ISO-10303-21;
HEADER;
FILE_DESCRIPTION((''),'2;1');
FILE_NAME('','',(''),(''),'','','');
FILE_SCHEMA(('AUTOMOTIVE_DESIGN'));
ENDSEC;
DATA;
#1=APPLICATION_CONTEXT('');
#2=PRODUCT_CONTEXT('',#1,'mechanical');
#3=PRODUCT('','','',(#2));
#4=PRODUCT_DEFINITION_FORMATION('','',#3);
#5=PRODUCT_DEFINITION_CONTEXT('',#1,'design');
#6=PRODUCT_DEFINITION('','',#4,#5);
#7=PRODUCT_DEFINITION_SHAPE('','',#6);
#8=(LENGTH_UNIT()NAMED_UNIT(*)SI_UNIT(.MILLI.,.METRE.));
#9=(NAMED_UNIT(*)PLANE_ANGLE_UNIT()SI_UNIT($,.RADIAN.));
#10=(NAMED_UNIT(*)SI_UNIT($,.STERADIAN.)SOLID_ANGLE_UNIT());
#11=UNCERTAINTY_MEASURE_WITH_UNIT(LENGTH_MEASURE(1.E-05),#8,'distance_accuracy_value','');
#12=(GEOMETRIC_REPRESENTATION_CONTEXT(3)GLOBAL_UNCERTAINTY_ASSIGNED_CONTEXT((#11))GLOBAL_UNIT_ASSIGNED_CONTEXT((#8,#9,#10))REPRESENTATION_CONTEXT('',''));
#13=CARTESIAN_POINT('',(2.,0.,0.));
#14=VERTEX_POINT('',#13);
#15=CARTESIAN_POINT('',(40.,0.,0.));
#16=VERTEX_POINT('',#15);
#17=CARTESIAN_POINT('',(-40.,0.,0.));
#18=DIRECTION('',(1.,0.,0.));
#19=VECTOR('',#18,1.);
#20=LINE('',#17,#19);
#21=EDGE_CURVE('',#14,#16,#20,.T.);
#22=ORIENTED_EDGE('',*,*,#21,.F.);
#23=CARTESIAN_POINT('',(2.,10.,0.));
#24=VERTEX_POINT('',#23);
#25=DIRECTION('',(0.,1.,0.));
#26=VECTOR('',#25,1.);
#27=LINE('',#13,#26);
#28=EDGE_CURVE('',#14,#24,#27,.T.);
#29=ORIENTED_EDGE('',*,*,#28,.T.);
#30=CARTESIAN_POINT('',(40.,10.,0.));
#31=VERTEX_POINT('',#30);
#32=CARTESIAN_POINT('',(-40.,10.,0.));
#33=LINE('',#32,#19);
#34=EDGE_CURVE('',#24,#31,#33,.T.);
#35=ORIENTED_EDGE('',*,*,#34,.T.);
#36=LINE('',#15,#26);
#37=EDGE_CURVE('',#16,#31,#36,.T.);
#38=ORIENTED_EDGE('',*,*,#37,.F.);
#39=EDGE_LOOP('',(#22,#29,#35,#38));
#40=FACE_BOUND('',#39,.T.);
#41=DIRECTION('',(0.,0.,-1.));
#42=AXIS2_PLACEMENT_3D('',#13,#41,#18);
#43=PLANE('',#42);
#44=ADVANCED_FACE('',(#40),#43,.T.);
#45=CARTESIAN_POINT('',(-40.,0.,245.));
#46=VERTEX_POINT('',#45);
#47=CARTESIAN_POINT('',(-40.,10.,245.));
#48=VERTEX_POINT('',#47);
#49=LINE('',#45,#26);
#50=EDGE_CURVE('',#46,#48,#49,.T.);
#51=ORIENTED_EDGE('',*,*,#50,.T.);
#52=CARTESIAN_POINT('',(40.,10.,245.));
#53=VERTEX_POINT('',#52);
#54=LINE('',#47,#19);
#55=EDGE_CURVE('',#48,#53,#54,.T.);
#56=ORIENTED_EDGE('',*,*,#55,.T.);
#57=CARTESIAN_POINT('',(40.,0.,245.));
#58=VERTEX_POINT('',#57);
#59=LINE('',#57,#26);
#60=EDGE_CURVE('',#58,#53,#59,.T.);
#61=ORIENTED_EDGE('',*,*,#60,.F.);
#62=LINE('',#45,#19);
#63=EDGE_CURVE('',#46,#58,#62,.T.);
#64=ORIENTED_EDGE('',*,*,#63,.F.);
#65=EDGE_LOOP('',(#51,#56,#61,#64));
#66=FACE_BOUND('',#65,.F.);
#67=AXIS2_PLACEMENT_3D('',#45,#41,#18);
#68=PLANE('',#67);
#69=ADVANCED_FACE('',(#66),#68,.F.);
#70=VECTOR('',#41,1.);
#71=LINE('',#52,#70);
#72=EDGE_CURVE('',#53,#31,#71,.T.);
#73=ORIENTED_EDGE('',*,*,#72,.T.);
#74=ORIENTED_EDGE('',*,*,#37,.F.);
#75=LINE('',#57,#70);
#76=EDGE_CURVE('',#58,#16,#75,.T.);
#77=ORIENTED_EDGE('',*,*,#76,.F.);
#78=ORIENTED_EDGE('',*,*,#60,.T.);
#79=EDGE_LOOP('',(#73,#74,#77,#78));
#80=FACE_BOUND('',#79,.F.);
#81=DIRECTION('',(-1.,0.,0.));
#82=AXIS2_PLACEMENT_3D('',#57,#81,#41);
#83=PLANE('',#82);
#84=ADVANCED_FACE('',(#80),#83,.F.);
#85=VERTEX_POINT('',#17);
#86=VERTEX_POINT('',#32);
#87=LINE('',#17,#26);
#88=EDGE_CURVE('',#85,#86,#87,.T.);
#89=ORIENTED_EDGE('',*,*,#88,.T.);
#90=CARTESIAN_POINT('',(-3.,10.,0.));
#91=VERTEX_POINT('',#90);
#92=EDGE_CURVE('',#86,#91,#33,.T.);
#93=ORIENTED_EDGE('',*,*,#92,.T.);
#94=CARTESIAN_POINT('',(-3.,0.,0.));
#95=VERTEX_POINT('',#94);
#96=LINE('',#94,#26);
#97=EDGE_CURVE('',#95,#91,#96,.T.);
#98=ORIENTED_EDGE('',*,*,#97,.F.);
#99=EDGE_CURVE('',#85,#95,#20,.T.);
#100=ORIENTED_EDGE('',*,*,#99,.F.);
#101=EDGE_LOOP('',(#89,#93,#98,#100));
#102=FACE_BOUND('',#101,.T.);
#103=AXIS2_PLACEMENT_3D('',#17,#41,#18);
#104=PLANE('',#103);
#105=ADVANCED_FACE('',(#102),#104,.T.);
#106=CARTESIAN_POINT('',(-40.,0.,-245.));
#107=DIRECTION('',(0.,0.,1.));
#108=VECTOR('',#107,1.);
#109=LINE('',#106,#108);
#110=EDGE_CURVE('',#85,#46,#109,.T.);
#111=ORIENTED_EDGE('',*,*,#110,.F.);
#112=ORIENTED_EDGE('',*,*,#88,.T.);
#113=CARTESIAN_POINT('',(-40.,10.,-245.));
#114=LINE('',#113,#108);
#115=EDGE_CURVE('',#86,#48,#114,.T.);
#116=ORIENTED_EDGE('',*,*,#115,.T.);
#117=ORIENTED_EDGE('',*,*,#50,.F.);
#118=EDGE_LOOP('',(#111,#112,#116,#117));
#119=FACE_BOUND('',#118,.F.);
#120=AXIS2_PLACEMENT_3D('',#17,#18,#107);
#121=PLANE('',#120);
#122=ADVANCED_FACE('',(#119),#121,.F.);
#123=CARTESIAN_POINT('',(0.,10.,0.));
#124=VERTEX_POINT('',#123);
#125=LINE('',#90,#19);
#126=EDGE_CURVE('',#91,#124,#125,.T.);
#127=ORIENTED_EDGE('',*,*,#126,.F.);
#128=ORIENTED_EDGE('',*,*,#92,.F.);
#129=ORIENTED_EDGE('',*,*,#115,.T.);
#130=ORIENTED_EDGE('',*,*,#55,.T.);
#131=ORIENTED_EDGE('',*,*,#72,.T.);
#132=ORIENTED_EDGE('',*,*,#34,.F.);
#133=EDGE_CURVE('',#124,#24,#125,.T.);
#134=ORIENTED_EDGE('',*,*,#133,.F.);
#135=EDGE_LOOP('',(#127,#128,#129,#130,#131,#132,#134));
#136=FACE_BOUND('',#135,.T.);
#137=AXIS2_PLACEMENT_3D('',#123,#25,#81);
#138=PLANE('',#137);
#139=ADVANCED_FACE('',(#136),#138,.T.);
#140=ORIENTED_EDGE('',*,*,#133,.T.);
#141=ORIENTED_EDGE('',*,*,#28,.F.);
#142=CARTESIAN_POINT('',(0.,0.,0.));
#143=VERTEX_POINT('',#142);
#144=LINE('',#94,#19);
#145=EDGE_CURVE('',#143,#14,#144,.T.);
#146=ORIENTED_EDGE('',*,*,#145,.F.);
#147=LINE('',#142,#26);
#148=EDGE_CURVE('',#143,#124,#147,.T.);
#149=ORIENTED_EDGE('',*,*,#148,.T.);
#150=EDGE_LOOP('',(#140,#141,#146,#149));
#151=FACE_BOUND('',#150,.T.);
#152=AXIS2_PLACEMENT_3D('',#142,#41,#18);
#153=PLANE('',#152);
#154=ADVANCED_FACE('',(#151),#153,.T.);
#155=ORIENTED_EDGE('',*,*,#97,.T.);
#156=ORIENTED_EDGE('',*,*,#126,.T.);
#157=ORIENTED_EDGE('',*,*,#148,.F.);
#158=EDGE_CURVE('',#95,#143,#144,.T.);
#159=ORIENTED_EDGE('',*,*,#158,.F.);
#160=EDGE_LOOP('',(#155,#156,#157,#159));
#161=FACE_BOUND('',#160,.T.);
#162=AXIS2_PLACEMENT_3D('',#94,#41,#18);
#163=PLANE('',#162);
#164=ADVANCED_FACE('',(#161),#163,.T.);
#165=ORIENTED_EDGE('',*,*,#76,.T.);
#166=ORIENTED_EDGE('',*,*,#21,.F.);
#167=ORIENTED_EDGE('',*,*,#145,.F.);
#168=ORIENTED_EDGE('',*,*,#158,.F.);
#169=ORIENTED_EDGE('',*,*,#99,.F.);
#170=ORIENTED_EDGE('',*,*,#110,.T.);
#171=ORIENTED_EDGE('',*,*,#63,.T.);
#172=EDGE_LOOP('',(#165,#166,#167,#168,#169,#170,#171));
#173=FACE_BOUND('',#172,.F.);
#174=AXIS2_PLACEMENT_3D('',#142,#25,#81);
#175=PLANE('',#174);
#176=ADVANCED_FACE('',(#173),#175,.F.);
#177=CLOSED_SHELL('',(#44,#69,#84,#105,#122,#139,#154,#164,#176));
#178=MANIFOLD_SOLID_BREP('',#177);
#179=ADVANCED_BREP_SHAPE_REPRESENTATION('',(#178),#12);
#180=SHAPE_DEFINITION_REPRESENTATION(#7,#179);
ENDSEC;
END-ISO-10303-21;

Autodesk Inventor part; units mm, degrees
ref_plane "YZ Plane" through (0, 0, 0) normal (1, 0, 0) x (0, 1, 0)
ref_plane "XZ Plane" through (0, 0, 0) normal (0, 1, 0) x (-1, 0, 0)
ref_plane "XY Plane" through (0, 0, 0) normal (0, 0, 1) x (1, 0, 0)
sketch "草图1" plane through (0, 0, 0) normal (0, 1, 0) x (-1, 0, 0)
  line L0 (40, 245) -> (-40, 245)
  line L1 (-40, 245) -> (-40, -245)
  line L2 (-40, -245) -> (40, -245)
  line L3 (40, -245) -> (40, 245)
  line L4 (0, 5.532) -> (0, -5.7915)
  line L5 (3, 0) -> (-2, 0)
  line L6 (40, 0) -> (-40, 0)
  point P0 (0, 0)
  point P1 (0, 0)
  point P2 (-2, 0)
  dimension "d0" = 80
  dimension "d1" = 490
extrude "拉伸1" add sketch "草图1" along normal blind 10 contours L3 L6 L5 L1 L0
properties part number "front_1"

---------------

(What is needed) One stretch of the lines above is wanted, from the line that contains "#29=ORIENTED_EDGE('',*,*,#28,.T.);" through the line that contains "#65=EDGE_LOOP('',(#51,#56,#61,#64));". Output it exactly.

(Response to the exercise)
#29=ORIENTED_EDGE('',*,*,#28,.T.);
#30=CARTESIAN_POINT('',(40.,10.,0.));
#31=VERTEX_POINT('',#30);
#32=CARTESIAN_POINT('',(-40.,10.,0.));
#33=LINE('',#32,#19);
#34=EDGE_CURVE('',#24,#31,#33,.T.);
#35=ORIENTED_EDGE('',*,*,#34,.T.);
#36=LINE('',#15,#26);
#37=EDGE_CURVE('',#16,#31,#36,.T.);
#38=ORIENTED_EDGE('',*,*,#37,.F.);
#39=EDGE_LOOP('',(#22,#29,#35,#38));
#40=FACE_BOUND('',#39,.T.);
#41=DIRECTION('',(0.,0.,-1.));
#42=AXIS2_PLACEMENT_3D('',#13,#41,#18);
#43=PLANE('',#42);
#44=ADVANCED_FACE('',(#40),#43,.T.);
#45=CARTESIAN_POINT('',(-40.,0.,245.));
#46=VERTEX_POINT('',#45);
#47=CARTESIAN_POINT('',(-40.,10.,245.));
#48=VERTEX_POINT('',#47);
#49=LINE('',#45,#26);
#50=EDGE_CURVE('',#46,#48,#49,.T.);
#51=ORIENTED_EDGE('',*,*,#50,.T.);
#52=CARTESIAN_POINT('',(40.,10.,245.));
#53=VERTEX_POINT('',#52);
#54=LINE('',#47,#19);
#55=EDGE_CURVE('',#48,#53,#54,.T.);
#56=ORIENTED_EDGE('',*,*,#55,.T.);
#57=CARTESIAN_POINT('',(40.,0.,245.));
#58=VERTEX_POINT('',#57);
#59=LINE('',#57,#26);
#60=EDGE_CURVE('',#58,#53,#59,.T.);
#61=ORIENTED_EDGE('',*,*,#60,.F.);
#62=LINE('',#45,#19);
#63=EDGE_CURVE('',#46,#58,#62,.T.);
#64=ORIENTED_EDGE('',*,*,#63,.F.);
#65=EDGE_LOOP('',(#51,#56,#61,#64));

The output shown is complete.